O cadáver, em avançado estado de decomposição, foi descoberto na manhã de terça-feira (30) depois que um frequentador experiente das trilhas da região percebeu alteração no gosto da água de um córrego e resolveu investigar. No local, além do corpo, os agentes encontraram documentos pessoais e um cartão de crédito do estrangeiro.
Segundo a Delegacia de Descoberta de Paradeiros (DDPA), apenas a perícia poderá confirmar a identidade da vítima, mas os indícios apontam fortemente para Kopanev, que estava desaparecido desde 9 de junho.
O desaparecimento
O russo, que também possuía cidadania britânica, chegou ao Rio em 8 de junho, após passar pela Amazônia e Minas Gerais. No dia seguinte, deixou o imóvel alugado na Gávea às 20h32 e não foi mais visto. Ele pretendia caminhar por uma trilha até a Vista Chinesa, onde pegaria transporte para outro destino, mas nunca apareceu.
Todos os pertences — incluindo passaporte — ficaram na casa onde estava hospedado. O último registro de localização do celular indicava a região da Lagoa Rodrigo de Freitas, próxima à entrada da mata.
Drogas e encontros marcados
Durante as investigações, a polícia ouviu testemunhas que tiveram contato com o turista. Um rapaz relatou que Denis havia consumido grande quantidade de drogas na noite anterior e participado de uma reunião online na manhã do dia 9. Outro encontro, marcado para as 17h30 na Vista Chinesa, não chegou a acontecer, já que Denis não apareceu.
Monitoramento digital
Um anel inteligente usado pelo russo indicou deslocamento contínuo até por volta das 22h30 do dia 9, quando os dados foram interrompidos de forma abrupta. Para os investigadores, isso reforça a hipótese de acidente ou mal súbito dentro da mata.
Buscas dificultadas
De acordo com a delegada Elen Souto, a DDPA realizou diversas operações na região, com drones, cães farejadores e até helicóptero. O mau tempo dificultou os trabalhos.
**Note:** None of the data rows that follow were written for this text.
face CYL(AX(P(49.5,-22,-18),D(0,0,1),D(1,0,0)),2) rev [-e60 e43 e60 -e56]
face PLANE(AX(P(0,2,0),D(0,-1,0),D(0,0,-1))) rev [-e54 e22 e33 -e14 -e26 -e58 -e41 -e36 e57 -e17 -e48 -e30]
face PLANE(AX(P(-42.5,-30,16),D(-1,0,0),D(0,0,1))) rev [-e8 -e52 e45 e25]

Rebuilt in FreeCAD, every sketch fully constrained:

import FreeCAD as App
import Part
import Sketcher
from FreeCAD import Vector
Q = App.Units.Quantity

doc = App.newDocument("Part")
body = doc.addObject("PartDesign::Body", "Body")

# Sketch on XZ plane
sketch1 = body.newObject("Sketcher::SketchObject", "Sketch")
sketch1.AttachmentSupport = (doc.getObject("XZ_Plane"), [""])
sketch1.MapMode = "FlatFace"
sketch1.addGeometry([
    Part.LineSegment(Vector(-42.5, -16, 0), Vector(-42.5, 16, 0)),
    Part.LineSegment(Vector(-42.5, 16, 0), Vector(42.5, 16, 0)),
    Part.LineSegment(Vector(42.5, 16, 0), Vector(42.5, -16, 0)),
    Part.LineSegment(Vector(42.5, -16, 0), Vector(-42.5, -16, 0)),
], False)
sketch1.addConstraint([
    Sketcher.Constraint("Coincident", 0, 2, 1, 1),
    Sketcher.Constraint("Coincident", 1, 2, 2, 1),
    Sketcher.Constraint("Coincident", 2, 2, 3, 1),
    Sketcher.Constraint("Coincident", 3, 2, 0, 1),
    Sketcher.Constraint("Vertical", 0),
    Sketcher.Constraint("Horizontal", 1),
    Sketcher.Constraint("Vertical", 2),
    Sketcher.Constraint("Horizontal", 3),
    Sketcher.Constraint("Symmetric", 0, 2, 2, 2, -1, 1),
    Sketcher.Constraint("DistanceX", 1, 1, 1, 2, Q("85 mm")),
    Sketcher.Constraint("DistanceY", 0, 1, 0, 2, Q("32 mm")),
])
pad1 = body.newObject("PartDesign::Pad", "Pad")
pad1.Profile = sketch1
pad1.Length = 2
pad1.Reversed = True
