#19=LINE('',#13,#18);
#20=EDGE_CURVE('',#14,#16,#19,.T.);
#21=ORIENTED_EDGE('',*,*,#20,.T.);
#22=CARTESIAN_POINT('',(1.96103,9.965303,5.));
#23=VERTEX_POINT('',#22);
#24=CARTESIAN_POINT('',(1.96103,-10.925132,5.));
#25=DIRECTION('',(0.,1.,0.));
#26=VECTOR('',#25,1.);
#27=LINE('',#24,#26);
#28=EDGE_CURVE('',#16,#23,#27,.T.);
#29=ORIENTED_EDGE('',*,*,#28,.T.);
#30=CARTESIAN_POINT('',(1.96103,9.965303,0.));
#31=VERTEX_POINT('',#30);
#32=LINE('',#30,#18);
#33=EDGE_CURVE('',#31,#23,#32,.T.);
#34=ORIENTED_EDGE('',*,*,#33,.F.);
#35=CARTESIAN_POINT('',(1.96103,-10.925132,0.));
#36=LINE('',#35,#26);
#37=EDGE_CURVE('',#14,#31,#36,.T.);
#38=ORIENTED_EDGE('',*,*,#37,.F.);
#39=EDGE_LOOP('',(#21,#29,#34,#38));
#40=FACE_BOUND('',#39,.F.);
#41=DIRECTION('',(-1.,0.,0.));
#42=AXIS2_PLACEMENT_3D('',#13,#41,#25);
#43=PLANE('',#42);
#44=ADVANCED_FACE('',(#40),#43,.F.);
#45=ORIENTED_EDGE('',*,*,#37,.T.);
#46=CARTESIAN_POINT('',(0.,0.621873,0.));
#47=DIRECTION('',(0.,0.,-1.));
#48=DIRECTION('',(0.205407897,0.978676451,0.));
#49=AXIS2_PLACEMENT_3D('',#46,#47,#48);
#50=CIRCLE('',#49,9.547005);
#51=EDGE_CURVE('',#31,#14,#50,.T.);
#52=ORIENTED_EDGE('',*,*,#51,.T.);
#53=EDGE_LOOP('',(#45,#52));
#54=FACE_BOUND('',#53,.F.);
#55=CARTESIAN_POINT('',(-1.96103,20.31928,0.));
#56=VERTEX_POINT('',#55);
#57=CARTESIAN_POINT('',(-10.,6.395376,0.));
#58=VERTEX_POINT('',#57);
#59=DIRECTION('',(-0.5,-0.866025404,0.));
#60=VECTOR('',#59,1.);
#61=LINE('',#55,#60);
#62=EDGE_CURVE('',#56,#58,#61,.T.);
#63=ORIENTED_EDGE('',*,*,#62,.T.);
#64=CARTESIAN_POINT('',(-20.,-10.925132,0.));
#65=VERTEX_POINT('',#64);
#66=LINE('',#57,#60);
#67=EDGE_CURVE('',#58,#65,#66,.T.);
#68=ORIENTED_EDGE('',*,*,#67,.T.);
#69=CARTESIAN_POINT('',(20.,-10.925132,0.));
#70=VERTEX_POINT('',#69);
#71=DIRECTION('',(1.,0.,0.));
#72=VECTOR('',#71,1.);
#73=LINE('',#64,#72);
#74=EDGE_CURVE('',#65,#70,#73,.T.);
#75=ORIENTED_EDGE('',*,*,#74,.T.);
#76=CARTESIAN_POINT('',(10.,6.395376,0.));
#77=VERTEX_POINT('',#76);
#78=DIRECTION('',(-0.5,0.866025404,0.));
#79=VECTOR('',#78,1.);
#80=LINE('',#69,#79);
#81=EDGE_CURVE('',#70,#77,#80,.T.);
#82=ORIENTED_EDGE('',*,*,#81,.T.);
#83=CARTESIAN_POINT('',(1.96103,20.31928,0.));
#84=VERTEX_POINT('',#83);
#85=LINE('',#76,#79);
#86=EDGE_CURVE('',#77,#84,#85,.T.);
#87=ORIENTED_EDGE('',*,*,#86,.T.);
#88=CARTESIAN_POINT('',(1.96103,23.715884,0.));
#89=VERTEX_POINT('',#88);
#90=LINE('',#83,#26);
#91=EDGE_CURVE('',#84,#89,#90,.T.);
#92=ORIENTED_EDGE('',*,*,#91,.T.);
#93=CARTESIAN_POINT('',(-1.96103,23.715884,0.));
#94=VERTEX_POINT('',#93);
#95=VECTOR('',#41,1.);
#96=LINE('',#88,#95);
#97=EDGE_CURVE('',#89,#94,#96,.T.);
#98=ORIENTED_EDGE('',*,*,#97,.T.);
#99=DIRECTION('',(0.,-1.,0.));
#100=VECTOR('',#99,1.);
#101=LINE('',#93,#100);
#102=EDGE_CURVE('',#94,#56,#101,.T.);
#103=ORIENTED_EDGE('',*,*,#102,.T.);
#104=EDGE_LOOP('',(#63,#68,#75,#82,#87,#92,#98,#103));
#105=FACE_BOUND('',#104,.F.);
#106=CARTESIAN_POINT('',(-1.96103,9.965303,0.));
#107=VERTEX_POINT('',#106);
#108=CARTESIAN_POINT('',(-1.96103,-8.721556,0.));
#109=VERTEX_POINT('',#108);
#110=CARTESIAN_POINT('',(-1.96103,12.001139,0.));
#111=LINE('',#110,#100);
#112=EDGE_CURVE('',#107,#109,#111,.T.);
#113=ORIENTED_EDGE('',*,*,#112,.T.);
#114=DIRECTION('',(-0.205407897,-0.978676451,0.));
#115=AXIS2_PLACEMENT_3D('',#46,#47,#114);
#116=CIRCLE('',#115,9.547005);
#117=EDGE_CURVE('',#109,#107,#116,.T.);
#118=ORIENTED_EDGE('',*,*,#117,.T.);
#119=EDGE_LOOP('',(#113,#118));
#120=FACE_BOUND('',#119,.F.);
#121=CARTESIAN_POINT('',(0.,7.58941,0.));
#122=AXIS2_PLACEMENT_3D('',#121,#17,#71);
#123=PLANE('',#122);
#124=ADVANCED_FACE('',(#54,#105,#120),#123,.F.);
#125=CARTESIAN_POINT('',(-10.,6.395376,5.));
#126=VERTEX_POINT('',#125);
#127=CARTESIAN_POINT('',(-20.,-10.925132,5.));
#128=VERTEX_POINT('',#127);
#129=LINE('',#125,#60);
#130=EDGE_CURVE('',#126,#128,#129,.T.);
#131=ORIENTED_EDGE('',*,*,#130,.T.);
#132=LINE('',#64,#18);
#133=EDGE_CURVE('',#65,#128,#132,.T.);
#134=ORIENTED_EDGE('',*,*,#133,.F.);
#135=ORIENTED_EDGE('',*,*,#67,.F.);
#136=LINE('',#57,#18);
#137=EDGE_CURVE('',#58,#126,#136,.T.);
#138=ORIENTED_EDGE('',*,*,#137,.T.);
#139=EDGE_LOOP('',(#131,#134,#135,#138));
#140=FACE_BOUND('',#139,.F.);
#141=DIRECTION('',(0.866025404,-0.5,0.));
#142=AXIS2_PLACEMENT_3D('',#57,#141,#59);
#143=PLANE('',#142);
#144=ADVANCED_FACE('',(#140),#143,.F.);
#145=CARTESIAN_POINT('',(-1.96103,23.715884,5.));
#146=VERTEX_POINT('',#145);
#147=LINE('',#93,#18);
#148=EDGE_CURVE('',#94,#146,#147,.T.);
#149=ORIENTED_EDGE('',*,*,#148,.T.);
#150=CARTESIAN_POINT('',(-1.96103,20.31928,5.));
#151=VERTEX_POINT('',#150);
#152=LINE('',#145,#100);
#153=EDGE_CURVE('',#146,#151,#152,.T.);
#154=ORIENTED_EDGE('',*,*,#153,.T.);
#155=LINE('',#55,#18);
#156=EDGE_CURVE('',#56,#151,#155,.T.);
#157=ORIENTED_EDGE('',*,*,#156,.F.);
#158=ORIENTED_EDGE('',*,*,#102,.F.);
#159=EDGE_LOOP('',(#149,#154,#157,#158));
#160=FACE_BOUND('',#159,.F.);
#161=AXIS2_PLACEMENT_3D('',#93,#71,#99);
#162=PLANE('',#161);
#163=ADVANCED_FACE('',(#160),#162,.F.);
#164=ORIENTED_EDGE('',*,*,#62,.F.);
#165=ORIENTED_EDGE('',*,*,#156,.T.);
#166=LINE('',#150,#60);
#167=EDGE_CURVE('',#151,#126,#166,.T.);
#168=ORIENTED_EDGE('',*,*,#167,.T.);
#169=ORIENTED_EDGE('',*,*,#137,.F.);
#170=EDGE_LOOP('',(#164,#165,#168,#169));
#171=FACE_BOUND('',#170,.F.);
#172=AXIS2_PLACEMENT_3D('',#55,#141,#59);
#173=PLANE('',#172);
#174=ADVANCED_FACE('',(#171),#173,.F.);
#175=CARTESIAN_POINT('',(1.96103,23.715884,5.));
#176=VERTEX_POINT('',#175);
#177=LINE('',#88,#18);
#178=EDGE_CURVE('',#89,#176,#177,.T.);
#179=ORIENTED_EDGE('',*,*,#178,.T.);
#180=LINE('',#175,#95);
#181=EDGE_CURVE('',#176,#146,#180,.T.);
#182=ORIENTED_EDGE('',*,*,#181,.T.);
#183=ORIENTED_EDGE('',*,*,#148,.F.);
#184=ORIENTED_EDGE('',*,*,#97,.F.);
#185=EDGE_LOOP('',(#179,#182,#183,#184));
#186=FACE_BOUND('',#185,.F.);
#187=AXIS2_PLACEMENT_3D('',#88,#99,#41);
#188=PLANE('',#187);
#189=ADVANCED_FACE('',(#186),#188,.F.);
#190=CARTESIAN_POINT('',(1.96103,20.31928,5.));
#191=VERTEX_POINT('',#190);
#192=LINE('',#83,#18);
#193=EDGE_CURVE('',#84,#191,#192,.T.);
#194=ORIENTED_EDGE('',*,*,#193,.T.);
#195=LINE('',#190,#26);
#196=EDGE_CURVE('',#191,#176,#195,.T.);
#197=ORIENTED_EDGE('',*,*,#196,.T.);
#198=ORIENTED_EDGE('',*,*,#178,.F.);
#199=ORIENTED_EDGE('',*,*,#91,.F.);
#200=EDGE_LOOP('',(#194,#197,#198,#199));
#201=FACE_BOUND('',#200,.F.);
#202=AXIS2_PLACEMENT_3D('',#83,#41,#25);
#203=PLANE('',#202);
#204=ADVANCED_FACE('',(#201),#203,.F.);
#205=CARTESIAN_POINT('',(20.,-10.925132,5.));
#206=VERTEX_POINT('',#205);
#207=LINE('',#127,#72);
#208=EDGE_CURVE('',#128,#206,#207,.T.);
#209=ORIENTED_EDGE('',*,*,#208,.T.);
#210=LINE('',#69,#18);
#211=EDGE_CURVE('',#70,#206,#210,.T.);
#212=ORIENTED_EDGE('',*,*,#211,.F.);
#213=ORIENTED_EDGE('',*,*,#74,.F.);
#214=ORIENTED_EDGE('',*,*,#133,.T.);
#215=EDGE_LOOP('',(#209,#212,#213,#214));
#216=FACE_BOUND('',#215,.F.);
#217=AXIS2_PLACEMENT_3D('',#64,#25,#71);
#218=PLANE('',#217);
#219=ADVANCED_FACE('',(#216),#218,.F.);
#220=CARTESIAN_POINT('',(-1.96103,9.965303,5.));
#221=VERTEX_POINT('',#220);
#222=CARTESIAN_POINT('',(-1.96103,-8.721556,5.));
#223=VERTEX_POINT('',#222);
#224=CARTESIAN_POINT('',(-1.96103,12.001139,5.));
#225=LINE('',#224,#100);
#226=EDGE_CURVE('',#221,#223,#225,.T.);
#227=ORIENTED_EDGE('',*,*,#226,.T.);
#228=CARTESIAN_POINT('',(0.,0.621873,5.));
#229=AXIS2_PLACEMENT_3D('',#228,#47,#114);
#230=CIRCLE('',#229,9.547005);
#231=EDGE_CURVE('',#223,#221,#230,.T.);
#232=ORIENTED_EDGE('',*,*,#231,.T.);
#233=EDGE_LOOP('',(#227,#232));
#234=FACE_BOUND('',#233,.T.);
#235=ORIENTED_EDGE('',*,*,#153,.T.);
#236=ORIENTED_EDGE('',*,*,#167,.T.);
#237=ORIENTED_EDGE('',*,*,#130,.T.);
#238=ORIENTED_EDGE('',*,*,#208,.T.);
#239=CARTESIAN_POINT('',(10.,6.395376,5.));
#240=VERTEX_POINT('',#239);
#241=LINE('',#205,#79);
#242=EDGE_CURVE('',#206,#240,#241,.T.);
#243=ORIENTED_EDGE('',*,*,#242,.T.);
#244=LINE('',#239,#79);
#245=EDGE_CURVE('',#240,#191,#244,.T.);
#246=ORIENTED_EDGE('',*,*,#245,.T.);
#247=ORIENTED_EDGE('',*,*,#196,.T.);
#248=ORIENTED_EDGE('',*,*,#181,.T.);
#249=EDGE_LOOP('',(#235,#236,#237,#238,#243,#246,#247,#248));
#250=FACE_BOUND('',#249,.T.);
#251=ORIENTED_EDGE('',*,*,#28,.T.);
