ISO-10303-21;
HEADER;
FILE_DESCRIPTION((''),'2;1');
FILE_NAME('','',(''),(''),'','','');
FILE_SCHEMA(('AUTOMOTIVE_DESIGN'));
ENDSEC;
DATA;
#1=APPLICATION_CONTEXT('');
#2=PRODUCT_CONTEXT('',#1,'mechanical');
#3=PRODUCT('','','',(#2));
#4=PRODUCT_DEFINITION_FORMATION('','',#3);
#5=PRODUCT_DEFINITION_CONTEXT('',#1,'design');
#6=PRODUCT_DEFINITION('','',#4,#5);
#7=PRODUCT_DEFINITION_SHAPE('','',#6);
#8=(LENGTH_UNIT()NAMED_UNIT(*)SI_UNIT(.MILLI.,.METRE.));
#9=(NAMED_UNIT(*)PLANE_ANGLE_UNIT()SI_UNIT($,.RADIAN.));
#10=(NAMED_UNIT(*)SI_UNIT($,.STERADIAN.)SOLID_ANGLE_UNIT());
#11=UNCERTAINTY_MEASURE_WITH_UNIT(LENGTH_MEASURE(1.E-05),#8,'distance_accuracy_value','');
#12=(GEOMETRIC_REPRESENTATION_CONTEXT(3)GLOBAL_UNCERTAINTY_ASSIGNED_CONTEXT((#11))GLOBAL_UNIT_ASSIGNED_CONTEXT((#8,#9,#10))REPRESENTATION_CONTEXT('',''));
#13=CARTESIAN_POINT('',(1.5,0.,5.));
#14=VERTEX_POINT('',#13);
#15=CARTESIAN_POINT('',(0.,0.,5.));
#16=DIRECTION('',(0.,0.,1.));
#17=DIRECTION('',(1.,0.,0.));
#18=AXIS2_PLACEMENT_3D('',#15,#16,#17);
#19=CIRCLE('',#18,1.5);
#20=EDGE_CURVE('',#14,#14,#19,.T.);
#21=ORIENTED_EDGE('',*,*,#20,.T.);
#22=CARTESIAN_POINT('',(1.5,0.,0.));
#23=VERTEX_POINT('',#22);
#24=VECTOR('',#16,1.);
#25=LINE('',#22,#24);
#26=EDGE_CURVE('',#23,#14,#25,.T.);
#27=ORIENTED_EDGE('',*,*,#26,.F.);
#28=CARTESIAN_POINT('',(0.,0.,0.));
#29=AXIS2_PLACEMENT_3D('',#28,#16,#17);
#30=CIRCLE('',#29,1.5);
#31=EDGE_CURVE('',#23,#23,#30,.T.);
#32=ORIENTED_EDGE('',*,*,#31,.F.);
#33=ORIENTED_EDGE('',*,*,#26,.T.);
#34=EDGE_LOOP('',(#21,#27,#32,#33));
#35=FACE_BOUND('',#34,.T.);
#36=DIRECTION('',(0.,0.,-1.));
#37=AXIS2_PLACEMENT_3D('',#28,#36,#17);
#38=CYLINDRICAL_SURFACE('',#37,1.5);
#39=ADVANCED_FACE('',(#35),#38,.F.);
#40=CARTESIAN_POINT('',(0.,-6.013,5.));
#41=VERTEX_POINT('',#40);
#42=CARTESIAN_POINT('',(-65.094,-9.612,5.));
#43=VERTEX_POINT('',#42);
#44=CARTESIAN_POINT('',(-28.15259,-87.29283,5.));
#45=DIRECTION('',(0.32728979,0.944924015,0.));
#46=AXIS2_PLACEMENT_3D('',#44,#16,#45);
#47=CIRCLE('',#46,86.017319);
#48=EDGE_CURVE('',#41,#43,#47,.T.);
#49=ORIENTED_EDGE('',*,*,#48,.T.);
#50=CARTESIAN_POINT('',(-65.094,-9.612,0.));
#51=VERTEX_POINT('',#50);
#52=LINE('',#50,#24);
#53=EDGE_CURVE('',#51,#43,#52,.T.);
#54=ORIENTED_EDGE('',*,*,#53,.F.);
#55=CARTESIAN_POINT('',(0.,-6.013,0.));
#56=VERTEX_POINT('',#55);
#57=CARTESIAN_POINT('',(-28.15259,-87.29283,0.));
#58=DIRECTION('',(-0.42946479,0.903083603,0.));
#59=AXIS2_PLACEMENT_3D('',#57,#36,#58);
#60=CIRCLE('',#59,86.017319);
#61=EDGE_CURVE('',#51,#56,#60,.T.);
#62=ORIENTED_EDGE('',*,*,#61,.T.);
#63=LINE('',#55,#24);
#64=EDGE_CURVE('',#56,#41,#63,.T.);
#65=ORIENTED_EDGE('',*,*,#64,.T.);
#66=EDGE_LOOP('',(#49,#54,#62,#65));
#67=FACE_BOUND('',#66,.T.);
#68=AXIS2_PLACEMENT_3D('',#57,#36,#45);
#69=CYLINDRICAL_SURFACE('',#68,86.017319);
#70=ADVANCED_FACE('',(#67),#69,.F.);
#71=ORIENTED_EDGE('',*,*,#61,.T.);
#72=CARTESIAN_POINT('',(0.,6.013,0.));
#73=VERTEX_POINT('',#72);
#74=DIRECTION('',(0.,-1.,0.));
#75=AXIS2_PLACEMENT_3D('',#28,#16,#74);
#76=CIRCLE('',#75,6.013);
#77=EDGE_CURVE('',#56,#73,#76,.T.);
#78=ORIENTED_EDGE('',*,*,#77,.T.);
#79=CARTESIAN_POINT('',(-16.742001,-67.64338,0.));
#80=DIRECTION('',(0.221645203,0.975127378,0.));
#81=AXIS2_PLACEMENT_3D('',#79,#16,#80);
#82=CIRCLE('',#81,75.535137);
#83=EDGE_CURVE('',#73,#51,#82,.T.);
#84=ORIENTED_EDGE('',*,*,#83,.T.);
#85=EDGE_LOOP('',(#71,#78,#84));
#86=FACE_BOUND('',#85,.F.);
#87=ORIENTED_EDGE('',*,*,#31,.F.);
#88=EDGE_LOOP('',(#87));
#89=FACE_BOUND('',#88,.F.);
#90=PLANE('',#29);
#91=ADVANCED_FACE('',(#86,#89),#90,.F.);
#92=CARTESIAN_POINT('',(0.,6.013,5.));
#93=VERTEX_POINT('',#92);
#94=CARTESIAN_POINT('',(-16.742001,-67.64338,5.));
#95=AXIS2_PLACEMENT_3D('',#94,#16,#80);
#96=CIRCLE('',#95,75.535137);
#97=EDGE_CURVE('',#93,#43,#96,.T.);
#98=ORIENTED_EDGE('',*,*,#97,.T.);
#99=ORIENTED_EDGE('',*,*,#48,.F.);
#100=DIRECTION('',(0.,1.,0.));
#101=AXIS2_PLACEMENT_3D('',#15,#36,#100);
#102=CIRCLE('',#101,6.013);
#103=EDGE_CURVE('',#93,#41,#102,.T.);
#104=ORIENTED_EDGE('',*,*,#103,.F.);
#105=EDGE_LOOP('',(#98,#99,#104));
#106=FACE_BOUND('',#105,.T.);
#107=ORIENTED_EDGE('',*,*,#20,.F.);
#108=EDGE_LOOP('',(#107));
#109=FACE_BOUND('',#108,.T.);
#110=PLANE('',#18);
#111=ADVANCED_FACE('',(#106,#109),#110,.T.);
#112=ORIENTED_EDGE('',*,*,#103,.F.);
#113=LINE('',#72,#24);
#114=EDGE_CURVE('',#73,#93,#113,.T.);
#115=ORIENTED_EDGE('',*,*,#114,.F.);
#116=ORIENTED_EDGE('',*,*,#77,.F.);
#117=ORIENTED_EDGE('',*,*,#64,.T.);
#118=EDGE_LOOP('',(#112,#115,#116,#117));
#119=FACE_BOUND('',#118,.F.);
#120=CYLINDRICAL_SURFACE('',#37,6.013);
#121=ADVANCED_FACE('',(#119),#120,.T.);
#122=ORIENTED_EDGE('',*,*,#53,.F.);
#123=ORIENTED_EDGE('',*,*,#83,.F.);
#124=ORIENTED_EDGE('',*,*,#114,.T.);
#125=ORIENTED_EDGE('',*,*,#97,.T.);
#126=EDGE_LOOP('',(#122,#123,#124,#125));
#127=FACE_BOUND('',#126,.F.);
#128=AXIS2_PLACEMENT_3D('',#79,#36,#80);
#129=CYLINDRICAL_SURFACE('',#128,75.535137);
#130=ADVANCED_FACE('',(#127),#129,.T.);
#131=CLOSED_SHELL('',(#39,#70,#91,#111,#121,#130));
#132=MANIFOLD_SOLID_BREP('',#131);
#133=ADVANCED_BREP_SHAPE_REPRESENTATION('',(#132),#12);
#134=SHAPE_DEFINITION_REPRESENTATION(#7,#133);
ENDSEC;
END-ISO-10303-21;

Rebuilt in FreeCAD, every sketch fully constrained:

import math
import FreeCAD as App
import Part
import Sketcher

V = App.Vector

doc = App.newDocument("Part")
body = doc.addObject("PartDesign::Body", "Body")

# Sketch on XY plane
sketch1 = doc.addObject("Sketcher::SketchObject", "Sketch")
body.addObject(sketch1)
sketch1.AttachmentSupport = (doc.XY_Plane, [""])
sketch1.MapMode = "FlatFace"
sketch1.addGeometry([
    Part.ArcOfCircle(Part.Circle(V(0, 0, 0), V(0, 0, 1), 6), math.radians(-90), math.radians(90)),
    Part.ArcOfCircle(Part.Circle(V(-16.7, -67.6, 0), V(0, 0, 1), 75.5), math.radians(77), math.radians(130)),
    Part.ArcOfCircle(Part.Circle(V(-28.2, -87.3, 0), V(0, 0, 1), 86), math.radians(71), math.radians(115)),
    Part.Circle(V(0, 0, 0), V(0, 0, 1), 1.5),
], False)
sketch1.addConstraint([
    Sketcher.Constraint("Coincident", 0, 2, 1, 1),
    Sketcher.Constraint("Coincident", 1, 2, 2, 2),
    Sketcher.Constraint("Coincident", 2, 1, 0, 1),
    Sketcher.Constraint("Coincident", 0, 3, -1, 1),
    Sketcher.Constraint("Coincident", 3, 3, -1, 1),
    Sketcher.Constraint("PointOnObject", 0, 2, -2),
    Sketcher.Constraint("PointOnObject", 2, 1, -2),
    Sketcher.Constraint("Diameter", 3, 3.0),
    Sketcher.Constraint("Radius", 0, 6.013),
    Sketcher.Constraint("Radius", 1, 75.5353),
    Sketcher.Constraint("Radius", 2, 86.0174),
    Sketcher.Constraint("DistanceX", 1, 3, -1, 1, 16.742),
    Sketcher.Constraint("DistanceY", 2, 3, -1, 1, 87.293),
])
pad1 = doc.addObject("PartDesign::Pad", "Pad")
body.addObject(pad1)
pad1.Profile = sketch1
pad1.Length = 5

doc.recompute()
“Apesar do estado de decomposição, as roupas encontradas batem com as descritas no dia do desaparecimento. Trabalhamos com a possibilidade de ele nunca ter saído da mata”, afirmou a delegada.
A polícia recolheu vestígios para perícia e segue investigando para confirmar oficialmente a identidade do corpo encontrado.